Ты ромовую бабу и причуду
Возьмешь мне в кафетерии пустом.
С листвою баржи по листве кочуют,
И суетятся лодки под мостом.
Встречая, мама нам махнет в окошке,
Расспросит: Как гуляли, были где?
За чаем алюминиевая ложка
Засветится в изломанной воде.
На бечеве мешочки с перламутром,
Слетит, просохнув, полиэтилен.
Мы до утра не будем спать, а утром
Билет поедем покупать тебе.
И тот состав, и гул, и долгий грохот,
Вокзального окна цветной овал,
Я только разговоры помню плохо —
Твой смех, твой голос, паузы, слова.
Мне правда, друг мой, нечего добавить.
Прозрачный день весенний, солнца дар.
Ничем о счастье не напомнит память,
Каким я так беспечно обладал.
Жизнь превращается в дожитие.
Дрожь рук – в воробышка, прыг-скок.
В многоэтажном общежитии
Вращаю свой калейдоскоп.
Вхожу в историю писателем,
В прозрачный потолок дымя.
На выжженном матрасе вмятину
От тела оставляю я.
Не видно горя с подоконника.
Цветные сумерки, и те
Ушли.

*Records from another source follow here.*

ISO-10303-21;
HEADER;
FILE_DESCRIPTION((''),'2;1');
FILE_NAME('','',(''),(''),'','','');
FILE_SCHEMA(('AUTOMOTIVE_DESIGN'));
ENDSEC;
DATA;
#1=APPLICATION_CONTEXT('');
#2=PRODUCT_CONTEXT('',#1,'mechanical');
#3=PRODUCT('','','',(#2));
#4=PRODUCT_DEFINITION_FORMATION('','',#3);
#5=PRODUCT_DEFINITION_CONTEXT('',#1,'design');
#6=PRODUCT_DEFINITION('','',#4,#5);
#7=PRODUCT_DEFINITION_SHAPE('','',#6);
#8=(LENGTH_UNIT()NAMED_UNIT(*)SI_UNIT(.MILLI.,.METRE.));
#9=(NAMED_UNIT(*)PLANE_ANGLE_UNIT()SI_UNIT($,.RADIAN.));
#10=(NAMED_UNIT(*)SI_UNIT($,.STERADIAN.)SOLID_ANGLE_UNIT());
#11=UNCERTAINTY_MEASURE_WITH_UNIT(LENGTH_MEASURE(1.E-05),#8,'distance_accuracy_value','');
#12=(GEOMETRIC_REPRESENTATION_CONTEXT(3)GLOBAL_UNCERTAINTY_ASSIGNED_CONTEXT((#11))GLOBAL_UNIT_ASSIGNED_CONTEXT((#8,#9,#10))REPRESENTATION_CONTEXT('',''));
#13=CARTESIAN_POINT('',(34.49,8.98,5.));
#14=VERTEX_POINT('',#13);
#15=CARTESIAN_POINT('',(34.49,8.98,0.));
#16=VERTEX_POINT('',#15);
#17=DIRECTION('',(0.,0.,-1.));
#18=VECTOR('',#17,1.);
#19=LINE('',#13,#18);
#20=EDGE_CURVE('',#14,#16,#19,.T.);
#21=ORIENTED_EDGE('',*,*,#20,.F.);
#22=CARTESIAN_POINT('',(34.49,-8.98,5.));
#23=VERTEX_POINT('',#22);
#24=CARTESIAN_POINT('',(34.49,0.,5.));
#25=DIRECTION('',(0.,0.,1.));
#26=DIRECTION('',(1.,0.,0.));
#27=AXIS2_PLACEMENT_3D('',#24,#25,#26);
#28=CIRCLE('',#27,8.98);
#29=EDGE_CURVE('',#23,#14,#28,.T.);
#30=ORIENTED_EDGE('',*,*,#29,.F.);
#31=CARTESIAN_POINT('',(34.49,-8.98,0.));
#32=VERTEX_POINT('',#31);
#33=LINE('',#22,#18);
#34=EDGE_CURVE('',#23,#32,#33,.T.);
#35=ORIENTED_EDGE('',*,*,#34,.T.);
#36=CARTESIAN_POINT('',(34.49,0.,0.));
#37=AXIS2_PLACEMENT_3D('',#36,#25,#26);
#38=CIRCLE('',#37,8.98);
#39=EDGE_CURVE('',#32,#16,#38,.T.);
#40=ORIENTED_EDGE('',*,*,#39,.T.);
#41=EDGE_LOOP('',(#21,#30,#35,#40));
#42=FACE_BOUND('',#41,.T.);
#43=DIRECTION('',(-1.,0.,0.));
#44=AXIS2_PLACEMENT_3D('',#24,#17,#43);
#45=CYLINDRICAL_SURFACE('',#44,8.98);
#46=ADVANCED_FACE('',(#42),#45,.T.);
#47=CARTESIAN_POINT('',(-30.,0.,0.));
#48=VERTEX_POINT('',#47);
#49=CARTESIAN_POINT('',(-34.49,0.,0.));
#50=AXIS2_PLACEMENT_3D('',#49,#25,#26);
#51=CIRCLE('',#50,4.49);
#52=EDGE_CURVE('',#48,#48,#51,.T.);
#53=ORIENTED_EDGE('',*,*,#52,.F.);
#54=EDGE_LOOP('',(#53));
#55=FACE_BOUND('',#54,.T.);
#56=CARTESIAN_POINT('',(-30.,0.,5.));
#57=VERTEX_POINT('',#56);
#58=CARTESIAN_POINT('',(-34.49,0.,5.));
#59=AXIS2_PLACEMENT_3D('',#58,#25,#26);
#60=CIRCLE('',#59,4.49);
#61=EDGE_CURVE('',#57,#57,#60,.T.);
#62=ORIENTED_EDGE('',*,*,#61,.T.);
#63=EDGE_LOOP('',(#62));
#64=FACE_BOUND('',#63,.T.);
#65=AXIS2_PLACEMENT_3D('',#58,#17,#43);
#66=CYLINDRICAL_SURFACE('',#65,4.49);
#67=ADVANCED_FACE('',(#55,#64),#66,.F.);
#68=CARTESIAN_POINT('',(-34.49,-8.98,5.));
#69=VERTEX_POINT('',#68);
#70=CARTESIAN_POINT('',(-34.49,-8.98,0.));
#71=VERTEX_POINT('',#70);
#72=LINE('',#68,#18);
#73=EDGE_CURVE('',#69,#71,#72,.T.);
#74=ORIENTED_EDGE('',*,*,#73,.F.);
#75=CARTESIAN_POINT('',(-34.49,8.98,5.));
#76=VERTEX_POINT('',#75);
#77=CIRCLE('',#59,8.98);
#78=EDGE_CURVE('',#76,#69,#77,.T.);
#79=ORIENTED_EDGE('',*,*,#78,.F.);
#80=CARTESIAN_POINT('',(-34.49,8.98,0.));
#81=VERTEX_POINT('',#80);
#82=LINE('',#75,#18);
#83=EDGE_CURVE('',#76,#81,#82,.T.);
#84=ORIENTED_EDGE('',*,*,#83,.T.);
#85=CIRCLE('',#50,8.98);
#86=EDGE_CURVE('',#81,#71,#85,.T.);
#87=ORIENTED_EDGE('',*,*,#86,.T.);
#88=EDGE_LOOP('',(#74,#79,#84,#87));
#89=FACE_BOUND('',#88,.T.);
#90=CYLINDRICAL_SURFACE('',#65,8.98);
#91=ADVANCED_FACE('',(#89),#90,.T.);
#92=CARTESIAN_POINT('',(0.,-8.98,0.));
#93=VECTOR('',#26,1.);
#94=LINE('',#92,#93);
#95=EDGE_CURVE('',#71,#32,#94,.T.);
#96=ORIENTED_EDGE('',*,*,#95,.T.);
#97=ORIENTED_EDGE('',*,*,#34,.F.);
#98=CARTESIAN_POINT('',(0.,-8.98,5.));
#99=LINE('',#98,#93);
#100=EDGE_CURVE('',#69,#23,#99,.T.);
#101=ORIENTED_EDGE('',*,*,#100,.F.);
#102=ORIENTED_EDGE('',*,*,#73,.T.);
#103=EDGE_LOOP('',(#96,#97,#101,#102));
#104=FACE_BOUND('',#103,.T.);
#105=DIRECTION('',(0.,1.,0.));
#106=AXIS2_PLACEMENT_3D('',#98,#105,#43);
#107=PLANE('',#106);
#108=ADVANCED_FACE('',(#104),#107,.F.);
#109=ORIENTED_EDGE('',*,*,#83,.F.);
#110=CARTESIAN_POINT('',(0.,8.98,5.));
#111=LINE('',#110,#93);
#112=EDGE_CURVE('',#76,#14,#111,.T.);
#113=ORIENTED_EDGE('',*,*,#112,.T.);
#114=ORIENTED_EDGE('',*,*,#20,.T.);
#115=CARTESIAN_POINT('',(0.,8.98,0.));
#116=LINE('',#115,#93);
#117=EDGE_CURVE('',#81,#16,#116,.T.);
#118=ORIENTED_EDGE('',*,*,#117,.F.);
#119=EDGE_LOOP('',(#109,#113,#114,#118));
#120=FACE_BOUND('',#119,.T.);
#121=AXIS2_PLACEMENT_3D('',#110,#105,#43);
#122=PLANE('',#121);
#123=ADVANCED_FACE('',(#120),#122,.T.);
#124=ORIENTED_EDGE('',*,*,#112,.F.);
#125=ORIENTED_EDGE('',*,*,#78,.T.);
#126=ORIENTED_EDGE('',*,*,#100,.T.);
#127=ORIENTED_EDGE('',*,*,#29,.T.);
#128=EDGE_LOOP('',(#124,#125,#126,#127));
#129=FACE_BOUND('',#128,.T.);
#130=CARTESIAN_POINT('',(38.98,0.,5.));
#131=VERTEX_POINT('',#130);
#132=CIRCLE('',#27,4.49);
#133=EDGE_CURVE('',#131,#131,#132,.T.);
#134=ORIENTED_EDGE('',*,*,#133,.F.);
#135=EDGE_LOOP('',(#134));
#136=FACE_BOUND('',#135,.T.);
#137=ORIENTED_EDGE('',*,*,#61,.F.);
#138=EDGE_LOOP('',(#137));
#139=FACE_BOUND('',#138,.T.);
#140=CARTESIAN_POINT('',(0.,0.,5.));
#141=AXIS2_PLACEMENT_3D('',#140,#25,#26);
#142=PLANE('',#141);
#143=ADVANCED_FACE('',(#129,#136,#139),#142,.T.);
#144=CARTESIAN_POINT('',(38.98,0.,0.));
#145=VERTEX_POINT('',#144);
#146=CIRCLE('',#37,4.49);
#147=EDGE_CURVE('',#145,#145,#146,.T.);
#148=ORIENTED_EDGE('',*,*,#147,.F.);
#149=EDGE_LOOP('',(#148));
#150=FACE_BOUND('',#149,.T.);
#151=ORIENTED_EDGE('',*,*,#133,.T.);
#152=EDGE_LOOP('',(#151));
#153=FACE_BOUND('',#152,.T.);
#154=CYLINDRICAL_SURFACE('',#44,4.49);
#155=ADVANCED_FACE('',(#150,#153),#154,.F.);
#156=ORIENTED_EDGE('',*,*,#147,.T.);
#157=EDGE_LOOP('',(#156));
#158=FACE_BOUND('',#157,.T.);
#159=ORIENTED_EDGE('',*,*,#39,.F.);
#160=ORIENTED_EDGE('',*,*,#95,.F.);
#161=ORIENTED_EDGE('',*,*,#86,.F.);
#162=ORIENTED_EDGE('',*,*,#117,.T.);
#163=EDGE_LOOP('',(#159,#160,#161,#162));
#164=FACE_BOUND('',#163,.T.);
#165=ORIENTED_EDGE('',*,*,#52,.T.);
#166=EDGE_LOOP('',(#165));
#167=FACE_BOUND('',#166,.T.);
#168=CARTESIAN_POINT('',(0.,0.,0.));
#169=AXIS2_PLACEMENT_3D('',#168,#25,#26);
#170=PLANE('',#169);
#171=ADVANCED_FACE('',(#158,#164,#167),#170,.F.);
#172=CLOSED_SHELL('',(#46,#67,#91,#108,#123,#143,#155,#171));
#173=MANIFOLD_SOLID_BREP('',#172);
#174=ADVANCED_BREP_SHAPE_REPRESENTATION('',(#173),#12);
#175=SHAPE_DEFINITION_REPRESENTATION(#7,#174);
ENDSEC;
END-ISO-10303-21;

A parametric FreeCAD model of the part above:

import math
import FreeCAD as App
import Part
import Sketcher
from FreeCAD import Vector
Q = App.Units.Quantity

doc = App.newDocument("Part")
params = doc.addObject("Spreadsheet::Sheet", "Params")
for row, (alias, value) in enumerate([
    ("sketch1_diameter", "8.98 mm"),
    ("sketch1_radius", "8.98 mm"),
    ("sketch1_width", "68.98 mm"),
    ("pad1_length", "5 mm"),
], start=1):
    params.set(f"A{row}", alias)
    params.set(f"B{row}", "=" + value)
    params.setAlias(f"B{row}", alias)

body = doc.addObject("PartDesign::Body", "Body")

# Sketch on XY plane
sketch1 = doc.addObject("Sketcher::SketchObject", "Sketch")
body.addObject(sketch1)
sketch1.AttachmentSupport = (doc.XY_Plane, [""])
sketch1.MapMode = "FlatFace"
sketch1.addGeometry(Part.ArcOfCircle(Part.Circle(Vector(-34.5, 0, 0), Vector(0, 0, 1), 9), math.radians(90), math.radians(270)), False)
sketch1.addGeometry(Part.LineSegment(Vector(-34.5, -9, 0), Vector(34.5, -9, 0)), False)
sketch1.addGeometry(Part.ArcOfCircle(Part.Circle(Vector(34.5, 0, 0), Vector(0, 0, 1), 9), math.radians(-90), math.radians(90)), False)
sketch1.addGeometry(Part.LineSegment(Vector(34.5, 9, 0), Vector(-34.5, 9, 0)), False)
sketch1.addGeometry(Part.Circle(Vector(-34.5, 0, 0), Vector(0, 0, 1), 4.5), False)
sketch1.addGeometry(Part.Circle(Vector(34.5, 0, 0), Vector(0, 0, 1), 4.5), False)
sketch1.addConstraint(Sketcher.Constraint("Tangent", 0, 2, 1, 1))
sketch1.addConstraint(Sketcher.Constraint("Tangent", 1, 2, 2, 1))
sketch1.addConstraint(Sketcher.Constraint("Tangent", 2, 2, 3, 1))
sketch1.addConstraint(Sketcher.Constraint("Tangent", 3, 2, 0, 1))
sketch1.addConstraint(Sketcher.Constraint("Horizontal", 1))
sketch1.addConstraint(Sketcher.Constraint("Horizontal", 3))
sketch1.addConstraint(Sketcher.Constraint("Coincident", 4, 3, 0, 3))
sketch1.addConstraint(Sketcher.Constraint("Coincident", 5, 3, 2, 3))
sketch1.addConstraint(Sketcher.Constraint("Equal", 4, 5))
sketch1.addConstraint(Sketcher.Constraint("Symmetric", 0, 3, 2, 3, -1, 1))
sketch1.addConstraint(Sketcher.Constraint("Diameter", 4, Q("8.98 mm")))
sketch1.addConstraint(Sketcher.Constraint("Radius", 0, Q("8.98 mm")))
sketch1.addConstraint(Sketcher.Constraint("DistanceX", 1, 1, 1, 2, Q("68.98 mm")))
sketch1.setExpression("Constraints[10]", "Params.sketch1_diameter")
sketch1.setExpression("Constraints[11]", "Params.sketch1_radius")
sketch1.setExpression("Constraints[12]", "Params.sketch1_width")
pad1 = doc.addObject("PartDesign::Pad", "Pad")
body.addObject(pad1)
pad1.Profile = sketch1
pad1.setExpression("Length", "Params.pad1_length")

doc.recompute()
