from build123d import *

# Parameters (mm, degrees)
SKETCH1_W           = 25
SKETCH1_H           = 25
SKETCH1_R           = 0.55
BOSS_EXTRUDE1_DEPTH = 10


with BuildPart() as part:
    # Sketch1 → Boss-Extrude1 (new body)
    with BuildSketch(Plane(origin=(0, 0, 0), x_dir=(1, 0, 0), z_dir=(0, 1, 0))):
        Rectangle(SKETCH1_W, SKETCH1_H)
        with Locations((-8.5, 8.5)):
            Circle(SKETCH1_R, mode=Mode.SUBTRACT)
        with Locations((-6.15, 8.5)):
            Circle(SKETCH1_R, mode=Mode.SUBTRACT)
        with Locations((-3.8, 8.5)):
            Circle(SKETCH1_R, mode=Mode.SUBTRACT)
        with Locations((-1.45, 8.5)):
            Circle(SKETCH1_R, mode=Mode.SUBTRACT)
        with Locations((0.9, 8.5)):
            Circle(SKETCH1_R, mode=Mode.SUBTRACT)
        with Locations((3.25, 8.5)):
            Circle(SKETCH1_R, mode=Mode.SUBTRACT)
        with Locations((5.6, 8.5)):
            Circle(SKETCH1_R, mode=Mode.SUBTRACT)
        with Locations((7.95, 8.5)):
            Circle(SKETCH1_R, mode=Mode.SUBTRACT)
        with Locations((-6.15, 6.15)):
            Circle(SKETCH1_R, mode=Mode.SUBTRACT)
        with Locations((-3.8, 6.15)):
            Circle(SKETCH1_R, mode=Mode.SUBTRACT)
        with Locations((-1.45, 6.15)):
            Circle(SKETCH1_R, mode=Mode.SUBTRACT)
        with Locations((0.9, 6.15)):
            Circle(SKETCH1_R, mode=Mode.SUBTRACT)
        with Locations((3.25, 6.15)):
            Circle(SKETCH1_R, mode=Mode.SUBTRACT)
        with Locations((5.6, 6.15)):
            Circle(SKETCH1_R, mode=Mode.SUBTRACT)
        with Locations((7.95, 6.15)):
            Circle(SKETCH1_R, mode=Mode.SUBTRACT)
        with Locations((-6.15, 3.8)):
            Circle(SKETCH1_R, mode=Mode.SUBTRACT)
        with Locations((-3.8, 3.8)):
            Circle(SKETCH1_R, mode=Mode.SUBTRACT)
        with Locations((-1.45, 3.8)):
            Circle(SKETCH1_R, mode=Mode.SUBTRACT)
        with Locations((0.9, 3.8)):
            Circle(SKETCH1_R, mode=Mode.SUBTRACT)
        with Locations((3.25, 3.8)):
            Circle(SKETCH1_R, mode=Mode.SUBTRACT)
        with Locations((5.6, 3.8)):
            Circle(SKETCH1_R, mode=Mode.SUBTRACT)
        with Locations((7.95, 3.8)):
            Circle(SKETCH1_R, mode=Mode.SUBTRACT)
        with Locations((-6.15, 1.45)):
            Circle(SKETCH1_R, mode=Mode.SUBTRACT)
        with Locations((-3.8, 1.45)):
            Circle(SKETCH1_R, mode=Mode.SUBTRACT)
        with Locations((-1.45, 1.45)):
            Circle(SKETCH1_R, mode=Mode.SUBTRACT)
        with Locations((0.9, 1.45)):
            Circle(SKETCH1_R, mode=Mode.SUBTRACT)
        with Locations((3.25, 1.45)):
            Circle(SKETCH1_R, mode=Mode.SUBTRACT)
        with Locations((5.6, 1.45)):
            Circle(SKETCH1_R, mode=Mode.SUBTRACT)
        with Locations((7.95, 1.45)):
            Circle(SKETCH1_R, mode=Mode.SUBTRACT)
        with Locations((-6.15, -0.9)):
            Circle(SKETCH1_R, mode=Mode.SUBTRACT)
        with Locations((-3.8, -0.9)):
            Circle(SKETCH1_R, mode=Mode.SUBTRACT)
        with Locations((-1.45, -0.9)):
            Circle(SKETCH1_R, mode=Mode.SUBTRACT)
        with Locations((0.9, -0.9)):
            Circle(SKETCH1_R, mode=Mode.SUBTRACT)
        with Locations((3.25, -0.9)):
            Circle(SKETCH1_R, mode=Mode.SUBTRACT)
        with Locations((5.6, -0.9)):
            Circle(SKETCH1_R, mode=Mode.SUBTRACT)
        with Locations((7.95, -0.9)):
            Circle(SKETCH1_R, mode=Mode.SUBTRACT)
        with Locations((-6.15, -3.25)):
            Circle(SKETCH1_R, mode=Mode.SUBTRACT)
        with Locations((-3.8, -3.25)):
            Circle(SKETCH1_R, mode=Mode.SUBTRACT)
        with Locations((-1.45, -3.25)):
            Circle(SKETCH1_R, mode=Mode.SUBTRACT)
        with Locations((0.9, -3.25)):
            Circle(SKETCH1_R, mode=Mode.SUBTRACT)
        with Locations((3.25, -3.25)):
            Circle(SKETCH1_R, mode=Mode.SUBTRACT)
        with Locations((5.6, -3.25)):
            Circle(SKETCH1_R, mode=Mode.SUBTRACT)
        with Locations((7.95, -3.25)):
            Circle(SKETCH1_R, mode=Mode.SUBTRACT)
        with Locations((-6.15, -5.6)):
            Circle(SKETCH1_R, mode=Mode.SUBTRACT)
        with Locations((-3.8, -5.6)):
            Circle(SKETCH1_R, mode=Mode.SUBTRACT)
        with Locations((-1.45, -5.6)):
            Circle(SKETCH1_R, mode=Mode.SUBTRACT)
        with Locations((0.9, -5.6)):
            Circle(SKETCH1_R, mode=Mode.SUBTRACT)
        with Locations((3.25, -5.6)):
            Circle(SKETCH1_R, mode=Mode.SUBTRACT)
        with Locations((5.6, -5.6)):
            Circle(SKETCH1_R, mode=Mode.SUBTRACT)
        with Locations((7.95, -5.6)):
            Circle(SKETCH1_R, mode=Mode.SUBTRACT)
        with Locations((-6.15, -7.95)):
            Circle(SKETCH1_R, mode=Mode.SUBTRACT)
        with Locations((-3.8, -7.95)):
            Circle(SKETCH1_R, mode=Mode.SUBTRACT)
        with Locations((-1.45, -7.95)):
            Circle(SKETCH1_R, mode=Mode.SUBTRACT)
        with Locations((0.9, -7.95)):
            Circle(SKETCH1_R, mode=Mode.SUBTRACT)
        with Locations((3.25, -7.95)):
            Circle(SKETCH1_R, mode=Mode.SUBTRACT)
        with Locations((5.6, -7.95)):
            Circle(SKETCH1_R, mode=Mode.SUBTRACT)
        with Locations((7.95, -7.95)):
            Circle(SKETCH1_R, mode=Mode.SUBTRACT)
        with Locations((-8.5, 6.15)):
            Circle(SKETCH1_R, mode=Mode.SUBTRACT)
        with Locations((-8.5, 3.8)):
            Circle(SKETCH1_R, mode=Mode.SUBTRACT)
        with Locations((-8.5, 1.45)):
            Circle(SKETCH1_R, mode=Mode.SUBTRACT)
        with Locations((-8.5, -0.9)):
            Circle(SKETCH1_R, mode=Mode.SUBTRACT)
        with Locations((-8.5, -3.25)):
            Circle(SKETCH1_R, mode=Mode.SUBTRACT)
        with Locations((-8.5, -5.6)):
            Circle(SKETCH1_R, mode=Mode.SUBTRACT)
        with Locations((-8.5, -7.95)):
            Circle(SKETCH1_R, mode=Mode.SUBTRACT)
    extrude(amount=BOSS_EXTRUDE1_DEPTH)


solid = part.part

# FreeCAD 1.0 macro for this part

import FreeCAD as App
import Part
import Sketcher

V = App.Vector


def add_polygon(sketch, points):
    """Adds a closed chain of lines whose ends are joined by coincident constraints."""
    first, n = sketch.GeometryCount, len(points)
    for a, b in zip(points, points[1:] + points[:1]):
        sketch.addGeometry(Part.LineSegment(App.Vector(*a, 0), App.Vector(*b, 0)), False)
    for i in range(n):
        sketch.addConstraint(Sketcher.Constraint("Coincident", first + i, 2, first + (i + 1) % n, 1))

doc = App.newDocument("Part")
body = doc.addObject("PartDesign::Body", "Body")

# Sketch on XZ plane
sketch1 = body.newObject("Sketcher::SketchObject", "Sketch")
sketch1.AttachmentSupport = (doc.getObject("XZ_Plane"), [""])
sketch1.MapMode = "FlatFace"
add_polygon(sketch1, [(-12.5, -12.5), (-12.5, 12.5), (12.5, 12.5), (12.5, -12.5)])  # lines 0-3
sketch1.addGeometry(Part.Circle(V(-8.5, 8, 0), V(0, 0, 1), 0.6), False)  # 4
sketch1.addGeometry(Part.Circle(V(-6.2, 8, 0), V(0, 0, 1), 0.6), False)  # 5
sketch1.addGeometry(Part.Circle(V(-8.5, 5.6, 0), V(0, 0, 1), 0.6), False)  # 6
sketch1.addGeometry(Part.Circle(V(-6.2, 5.6, 0), V(0, 0, 1), 0.6), False)  # 7
sketch1.addGeometry(Part.Circle(V(-3.8, 8, 0), V(0, 0, 1), 0.6), False)  # 8
sketch1.addGeometry(Part.Circle(V(-1.4, 8, 0), V(0, 0, 1), 0.6), False)  # 9
sketch1.addGeometry(Part.Circle(V(-3.8, 5.6, 0), V(0, 0, 1), 0.6), False)  # 10
sketch1.addGeometry(Part.Circle(V(-1.4, 5.6, 0), V(0, 0, 1), 0.6), False)  # 11
sketch1.addGeometry(Part.Circle(V(-8.5, 3.2, 0), V(0, 0, 1), 0.6), False)  # 12
sketch1.addGeometry(Part.Circle(V(-6.2, 3.2, 0), V(0, 0, 1), 0.6), False)  # 13
sketch1.addGeometry(Part.Circle(V(-8.5, 0.9, 0), V(0, 0, 1), 0.6), False)  # 14
sketch1.addGeometry(Part.Circle(V(-6.2, 0.9, 0), V(0, 0, 1), 0.6), False)  # 15
sketch1.addGeometry(Part.Circle(V(-3.8, 3.2, 0), V(0, 0, 1), 0.6), False)  # 16
sketch1.addGeometry(Part.Circle(V(-1.4, 3.2, 0), V(0, 0, 1), 0.6), False)  # 17
sketch1.addGeometry(Part.Circle(V(-3.8, 0.9, 0), V(0, 0, 1), 0.6), False)  # 18
sketch1.addGeometry(Part.Circle(V(-1.4, 0.9, 0), V(0, 0, 1), 0.6), False)  # 19
sketch1.addGeometry(Part.Circle(V(0.9, 8, 0), V(0, 0, 1), 0.6), False)  # 20
sketch1.addGeometry(Part.Circle(V(3.2, 8, 0), V(0, 0, 1), 0.6), False)  # 21
sketch1.addGeometry(Part.Circle(V(0.9, 5.6, 0), V(0, 0, 1), 0.6), False)  # 22
sketch1.addGeometry(Part.Circle(V(3.2, 5.6, 0), V(0, 0, 1), 0.6), False)  # 23
sketch1.addGeometry(Part.Circle(V(5.6, 8, 0), V(0, 0, 1), 0.6), False)  # 24
sketch1.addGeometry(Part.Circle(V(8, 8, 0), V(0, 0, 1), 0.6), False)  # 25
sketch1.addGeometry(Part.Circle(V(5.6, 5.6, 0), V(0, 0, 1), 0.6), False)  # 26
sketch1.addGeometry(Part.Circle(V(8, 5.6, 0), V(0, 0, 1), 0.6), False)  # 27
sketch1.addGeometry(Part.Circle(V(0.9, 3.2, 0), V(0, 0, 1), 0.6), False)  # 28
sketch1.addGeometry(Part.Circle(V(3.2, 3.2, 0), V(0, 0, 1), 0.6), False)  # 29
sketch1.addGeometry(Part.Circle(V(0.9, 0.9, 0), V(0, 0, 1), 0.6), False)  # 30
sketch1.addGeometry(Part.Circle(V(3.2, 0.9, 0), V(0, 0, 1), 0.6), False)  # 31
sketch1.addGeometry(Part.Circle(V(5.6, 3.2, 0), V(0, 0, 1), 0.6), False)  # 32
sketch1.addGeometry(Part.Circle(V(8, 3.2, 0), V(0, 0, 1), 0.6), False)  # 33
sketch1.addGeometry(Part.Circle(V(5.6, 0.9, 0), V(0, 0, 1), 0.6), False)  # 34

Какая кинохроника
Моргает с треском в темноте?
Какая птица чистит перышки,
Выносит из квартиры сор,
Где кто-то складывает стеклышки
В персидский радужный узор.
Сначала ветра, шелеста травы,
Прибоя звуки, гулкий вой муллы,
Посвистыванье мальчика монгольского,
Потом исчезли мамин крик: Домой!,
Тик-так из сказки, монотонный бой
И треск чешуекрылых в складках воздуха.
А в процедурной слышен вздох любой,
Осипший горн давно сыграл отбой.
Тьма по углам, и пыль свалялась войлоком.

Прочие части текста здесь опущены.